The irrelevant columns, namely the column references, survey question numbers, input type and if multiple questions are allowed, were then deleted.
Once completed, the 2 data tables should be joined by matching the tools column.
INSERT PICTURE
With this, the final data table is ready for use.
Constructing the Visualization
Given that most of the data I have are categorical, except for the number of records in each of the categories. I looked into different visualizations for categorical data, parallel sets were considered. In attempts to answer the ultimate question, I tried plotting the different attributes onto the parallel sets.
In my attempt to answer the ultimate question of how do the utilization of tools differ between different users, I spilt the attributes just so that the lines will be more prominent and not too spread out. This allows for easier reading and comparison. Consequently, I have 3 different diagrams for the 3 different attributes.
INSERT PICTURE
There are a few trends that can be derived from these visualizations. One such example is that, regardless of roles, disciplines and career stage, the ranking of the tools used for a research function or activity is the same. An additional trend could be that regardless of the discipline or role that the respondents are involved with, they generally invest a consistent amount into each of the research activities.
However, absolute comparison is tedious given the large number of variables involved in this chart. With the large number of variables, each line is spilt into more portions, the shaded band emitted from each segment and the differences between each then become harder to determine. As such, I have decided to turn to Tableau to create this final visualization.
The Final Visualization
The final visualization can be found in this link provided: https://public.tableau.com/views/IS428Assignment2/Story1?:embed=y&:display_count=yes
Caption: What innovation research tools are people using these days?

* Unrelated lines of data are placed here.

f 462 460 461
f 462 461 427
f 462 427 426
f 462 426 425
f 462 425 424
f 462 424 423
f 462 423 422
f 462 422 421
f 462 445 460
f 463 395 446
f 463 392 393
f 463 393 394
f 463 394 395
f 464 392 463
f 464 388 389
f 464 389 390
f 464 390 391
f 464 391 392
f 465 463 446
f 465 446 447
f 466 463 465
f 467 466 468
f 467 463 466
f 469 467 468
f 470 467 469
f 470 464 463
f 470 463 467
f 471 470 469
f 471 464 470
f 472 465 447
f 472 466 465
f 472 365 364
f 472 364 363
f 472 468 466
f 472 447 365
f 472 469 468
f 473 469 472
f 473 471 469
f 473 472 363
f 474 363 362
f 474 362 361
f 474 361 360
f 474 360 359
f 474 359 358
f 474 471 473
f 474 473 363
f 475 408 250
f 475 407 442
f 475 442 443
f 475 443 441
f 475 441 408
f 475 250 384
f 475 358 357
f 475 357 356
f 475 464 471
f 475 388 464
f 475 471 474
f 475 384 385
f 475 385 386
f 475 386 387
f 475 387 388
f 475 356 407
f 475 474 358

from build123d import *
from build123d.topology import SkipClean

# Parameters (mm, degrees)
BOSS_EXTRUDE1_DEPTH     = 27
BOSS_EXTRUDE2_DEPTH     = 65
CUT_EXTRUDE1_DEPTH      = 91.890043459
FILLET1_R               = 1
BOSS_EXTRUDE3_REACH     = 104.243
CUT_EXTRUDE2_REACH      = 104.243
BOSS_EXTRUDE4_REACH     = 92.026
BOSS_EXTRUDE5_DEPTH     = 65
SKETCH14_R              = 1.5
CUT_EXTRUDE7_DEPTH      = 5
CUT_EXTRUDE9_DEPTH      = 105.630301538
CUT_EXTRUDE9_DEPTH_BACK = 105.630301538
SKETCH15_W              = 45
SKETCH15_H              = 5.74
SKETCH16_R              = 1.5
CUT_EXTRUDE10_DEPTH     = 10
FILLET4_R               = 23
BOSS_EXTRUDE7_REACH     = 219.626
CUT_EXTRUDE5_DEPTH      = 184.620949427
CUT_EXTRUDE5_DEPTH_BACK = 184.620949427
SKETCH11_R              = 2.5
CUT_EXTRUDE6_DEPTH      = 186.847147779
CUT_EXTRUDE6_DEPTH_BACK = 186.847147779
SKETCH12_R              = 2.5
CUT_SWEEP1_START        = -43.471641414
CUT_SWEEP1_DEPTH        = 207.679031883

The variables used to define user attributes include their roles, disciplines and career stages. Generally, discovery tools are most utilized while assessment tools are least utilized across the disciplines. Respondents in Social Science & Economics discipline generally have a higher utilization of tools across all research activities as compared to the respondents from other disciplines. There is the trend that for professors/ associate professors/ assistant professors, the least experienced are not utilizing as much of the more traditional tools for their activities as compared to those more experienced. However, this trend is inversed when analyzing PhD students and Postdoc. The professors' choice of tools utilized differs at different career stages. An example would be Acrobat where it is vastly popular with the more experienced professors but only along the average line when it comes to the amateurs.